# Cracks In Outback 28Rsds Rear Slide



## Hood3 (Mar 23, 2015)

Does anyone else have cracks on the bottom sides of the rear slide? We have two on each side of a used trailer. We are in the process of purchasing an '06 outback 28rsds, but saw these cracks (which were caulked by original owner), but we weren't sure if this was common, how to tell if there was water damage under the cracks, etc. Anyone have experience or suggestions, we're new to camping, so any input is greatly appreciated.


----------



## CamperAndy (Aug 26, 2004)

Not common but not unheard of. The issue is most likely weld failure on the back wall. Not too hard to repair but you have to take some things apart (outside trim and inside rear wall paneling) to see exactly where the failure is and then carry out the repair.


----------



## Hood3 (Mar 23, 2015)

Thank you. I appreciate your response and information too. I'm assuming we should have this looked at prior to purchasing the it?


----------



## CamperAndy (Aug 26, 2004)

Depends on how handy you are and you can just ask for a discount due to the internal damage. Then repair it yourself, it would cost a bunch for the dealer to repair.


----------



## Hood3 (Mar 23, 2015)

CamperAndy said:


> Depends on how handy you are and you can just ask for a discount due to the internal damage. Then repair it yourself, it would cost a bunch for the dealer to repair.


----------



## Hood3 (Mar 23, 2015)

Thank you.


----------



## spidey (Aug 8, 2012)

We had this issue with ours last spring. Wasn't just cracked, it all shattered on the first slide out of the spring to get it ready. Basically the glue all let go and then as it rolled out cracked and shattered. Basically the company doing it the cheapest way available. Instead of securing with screw or something, use cheap glue.

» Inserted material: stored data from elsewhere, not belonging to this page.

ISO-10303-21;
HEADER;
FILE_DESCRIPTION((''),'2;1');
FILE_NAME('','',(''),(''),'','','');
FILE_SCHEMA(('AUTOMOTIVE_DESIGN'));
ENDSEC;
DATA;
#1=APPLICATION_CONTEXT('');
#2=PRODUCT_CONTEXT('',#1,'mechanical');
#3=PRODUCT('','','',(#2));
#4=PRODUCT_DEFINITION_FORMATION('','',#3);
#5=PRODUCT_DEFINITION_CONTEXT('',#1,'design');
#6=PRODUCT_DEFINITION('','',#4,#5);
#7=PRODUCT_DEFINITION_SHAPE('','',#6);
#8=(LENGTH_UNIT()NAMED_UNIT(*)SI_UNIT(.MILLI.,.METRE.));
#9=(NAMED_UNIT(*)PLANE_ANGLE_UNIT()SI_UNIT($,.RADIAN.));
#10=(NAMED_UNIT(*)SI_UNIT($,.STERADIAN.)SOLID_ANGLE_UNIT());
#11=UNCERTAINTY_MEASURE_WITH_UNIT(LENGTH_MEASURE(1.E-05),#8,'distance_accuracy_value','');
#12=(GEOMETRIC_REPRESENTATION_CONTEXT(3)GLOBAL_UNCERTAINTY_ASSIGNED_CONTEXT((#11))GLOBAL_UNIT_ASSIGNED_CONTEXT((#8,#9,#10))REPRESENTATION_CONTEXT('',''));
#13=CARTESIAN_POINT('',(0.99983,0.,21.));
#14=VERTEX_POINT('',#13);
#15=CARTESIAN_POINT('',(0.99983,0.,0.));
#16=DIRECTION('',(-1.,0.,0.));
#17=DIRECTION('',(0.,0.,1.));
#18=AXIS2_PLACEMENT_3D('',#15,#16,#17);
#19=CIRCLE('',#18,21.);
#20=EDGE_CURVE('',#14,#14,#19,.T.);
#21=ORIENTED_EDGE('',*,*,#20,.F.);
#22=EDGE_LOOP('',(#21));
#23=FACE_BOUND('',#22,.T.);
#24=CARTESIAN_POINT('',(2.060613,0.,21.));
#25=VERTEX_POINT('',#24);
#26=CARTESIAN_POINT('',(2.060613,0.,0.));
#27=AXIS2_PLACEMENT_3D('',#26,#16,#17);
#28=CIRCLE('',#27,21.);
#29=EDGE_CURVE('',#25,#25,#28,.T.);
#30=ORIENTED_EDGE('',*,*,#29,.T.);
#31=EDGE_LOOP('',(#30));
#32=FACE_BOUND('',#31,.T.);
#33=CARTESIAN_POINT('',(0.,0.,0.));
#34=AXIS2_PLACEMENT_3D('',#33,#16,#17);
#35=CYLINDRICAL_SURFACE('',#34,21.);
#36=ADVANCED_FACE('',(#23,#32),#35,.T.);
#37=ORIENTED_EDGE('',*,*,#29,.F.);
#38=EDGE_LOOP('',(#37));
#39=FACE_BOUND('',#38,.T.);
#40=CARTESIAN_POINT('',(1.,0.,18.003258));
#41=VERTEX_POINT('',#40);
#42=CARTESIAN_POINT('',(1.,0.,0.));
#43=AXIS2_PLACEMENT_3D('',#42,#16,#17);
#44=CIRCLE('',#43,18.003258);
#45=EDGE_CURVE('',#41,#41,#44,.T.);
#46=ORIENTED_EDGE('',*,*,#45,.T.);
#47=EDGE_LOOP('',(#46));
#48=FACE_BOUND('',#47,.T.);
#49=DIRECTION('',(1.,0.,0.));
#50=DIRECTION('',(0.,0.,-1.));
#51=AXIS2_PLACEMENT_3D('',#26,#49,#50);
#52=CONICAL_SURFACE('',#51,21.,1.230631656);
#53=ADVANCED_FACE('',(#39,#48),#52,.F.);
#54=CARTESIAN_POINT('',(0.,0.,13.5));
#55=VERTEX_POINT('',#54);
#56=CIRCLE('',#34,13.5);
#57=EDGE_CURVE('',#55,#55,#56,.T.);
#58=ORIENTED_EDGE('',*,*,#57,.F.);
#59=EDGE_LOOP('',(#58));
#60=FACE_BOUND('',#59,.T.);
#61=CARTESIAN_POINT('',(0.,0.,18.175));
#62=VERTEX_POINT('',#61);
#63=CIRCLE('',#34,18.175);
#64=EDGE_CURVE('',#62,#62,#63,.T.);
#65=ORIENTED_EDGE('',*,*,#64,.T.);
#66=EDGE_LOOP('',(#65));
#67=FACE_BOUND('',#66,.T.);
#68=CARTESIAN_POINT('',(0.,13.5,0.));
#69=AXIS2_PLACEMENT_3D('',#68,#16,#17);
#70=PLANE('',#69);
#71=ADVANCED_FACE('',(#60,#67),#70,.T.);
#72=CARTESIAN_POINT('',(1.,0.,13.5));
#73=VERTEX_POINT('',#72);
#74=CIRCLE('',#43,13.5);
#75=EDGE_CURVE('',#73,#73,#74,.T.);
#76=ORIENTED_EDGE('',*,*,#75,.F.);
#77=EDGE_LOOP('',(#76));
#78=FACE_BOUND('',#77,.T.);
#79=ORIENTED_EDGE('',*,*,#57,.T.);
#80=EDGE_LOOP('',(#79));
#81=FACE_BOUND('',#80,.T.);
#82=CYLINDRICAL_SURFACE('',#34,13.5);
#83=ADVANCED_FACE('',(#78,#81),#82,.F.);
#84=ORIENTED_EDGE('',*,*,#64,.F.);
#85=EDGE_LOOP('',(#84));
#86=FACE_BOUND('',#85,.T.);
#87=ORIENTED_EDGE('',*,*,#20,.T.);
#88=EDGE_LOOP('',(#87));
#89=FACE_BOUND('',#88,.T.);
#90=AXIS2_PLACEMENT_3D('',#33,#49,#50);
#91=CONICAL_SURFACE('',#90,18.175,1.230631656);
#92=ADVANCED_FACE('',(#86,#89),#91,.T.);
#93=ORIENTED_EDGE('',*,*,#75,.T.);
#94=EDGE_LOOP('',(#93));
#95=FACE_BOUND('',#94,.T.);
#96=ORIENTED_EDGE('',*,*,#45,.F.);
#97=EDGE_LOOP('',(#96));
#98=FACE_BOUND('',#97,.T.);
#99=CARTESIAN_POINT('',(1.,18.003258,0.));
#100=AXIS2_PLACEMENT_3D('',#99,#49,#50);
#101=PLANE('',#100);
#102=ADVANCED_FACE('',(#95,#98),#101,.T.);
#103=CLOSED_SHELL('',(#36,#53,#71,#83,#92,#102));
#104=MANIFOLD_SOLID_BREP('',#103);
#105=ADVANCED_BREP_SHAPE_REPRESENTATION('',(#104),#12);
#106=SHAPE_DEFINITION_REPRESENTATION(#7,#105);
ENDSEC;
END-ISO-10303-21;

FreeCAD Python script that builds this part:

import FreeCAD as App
import Part
import Sketcher

V = App.Vector
Q = App.Units.Quantity

doc = App.newDocument("Part")
params = doc.addObject("Spreadsheet::Sheet", "Params")
for row, (alias, value) in enumerate([
    ("sketch1_width", "1 mm"),
    ("revolution_angle", "360 deg"),
], start=1):
    params.set(f"A{row}", alias)
    params.set(f"B{row}", "=" + value)
    params.setAlias(f"B{row}", alias)

body = doc.addObject("PartDesign::Body", "Body")

# Sketch on XY plane
sketch1 = body.newObject("Sketcher::SketchObject", "Sketch")
sketch1.AttachmentSupport = (doc.getObject("XY_Plane"), [""])
sketch1.MapMode = "FlatFace"
sketch1.addGeometry(Part.LineSegment(V(0, 18.175, 0), V(0, 13.5, 0)), False)
sketch1.addGeometry(Part.LineSegment(V(0, 13.5, 0), V(1, 13.5, 0)), False)
sketch1.addGeometry(Part.LineSegment(V(1, 13.5, 0), V(1, 18.003258, 0)), False)
sketch1.addGeometry(Part.LineSegment(V(1, 18.003258, 0), V(2.060613, 21, 0)), False)
sketch1.addGeometry(Part.LineSegment(V(2.060613, 21, 0), V(0.99983, 21, 0)), False)
sketch1.addGeometry(Part.LineSegment(V(0.99983, 21, 0), V(0, 18.175, 0)), False)
sketch1.addConstraint(Sketcher.Constraint("Coincident", 0, 2, 1, 1))
sketch1.addConstraint(Sketcher.Constraint("Coincident", 1, 2, 2, 1))
sketch1.addConstraint(Sketcher.Constraint("Coincident", 2, 2, 3, 1))
sketch1.addConstraint(Sketcher.Constraint("Coincident", 3, 2, 4, 1))
sketch1.addConstraint(Sketcher.Constraint("Coincident", 4, 2, 5, 1))
sketch1.addConstraint(Sketcher.Constraint("Coincident", 5, 2, 0, 1))
sketch1.addConstraint(Sketcher.Constraint("Vertical", 0))
sketch1.addConstraint(Sketcher.Constraint("Horizontal", 1))
sketch1.addConstraint(Sketcher.Constraint("Vertical", 2))
sketch1.addConstraint(Sketcher.Constraint("Horizontal", 4))
sketch1.addConstraint(Sketcher.Constraint("PointOnObject", 0, 2, -2))
sketch1.addConstraint(Sketcher.Constraint("Parallel", 3, 5))
sketch1.addConstraint(Sketcher.Constraint("DistanceX", 1, 1, 1, 2, Q("1 mm")))
sketch1.addConstraint(Sketcher.Constraint("DistanceY", -1, 1, 3, 2, Q("21 mm")))
sketch1.addConstraint(Sketcher.Constraint("DistanceY", -1, 1, 0, 2, Q("13.5 mm")))
sketch1.addConstraint(Sketcher.Constraint("Angle", 3, Q("70.51 deg")))
sketch1.addConstraint(Sketcher.Constraint("DistanceY", 0, 2, 0, 1, Q("4.675 mm")))
sketch1.addConstraint(Sketcher.Constraint("DistanceY", 2, 1, 2, 2, Q("4.503258 mm")))
sketch1.setExpression("Constraints[12]", "Params.sketch1_width")
revolution = body.newObject("PartDesign::Revolution", "Revolution")
revolution.Profile = sketch1
revolution.ReferenceAxis = (sketch1, ["H_Axis"])
revolution.setExpression("Angle", "Params.revolution_angle")

doc.recompute()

Had to repair it myself, they wouldn't help at all. And what would the fix be, the same thing with glue.

Had to replace the wood underneath as well, which was also flimsy. Half of the slide out isn't even plastic anymore. I replaced the flimsy woodf with fir plywood and then stained it dark, and then screwed it into the aluminum rails, as well as the plastic I could save as well.

The only small issue is the small height difference without the plastic. So when you get to the spot there is a small bump up as it slides.

Worked well all last year, and in my opinion is made better than factory. Caulked everything correctly as well.


----------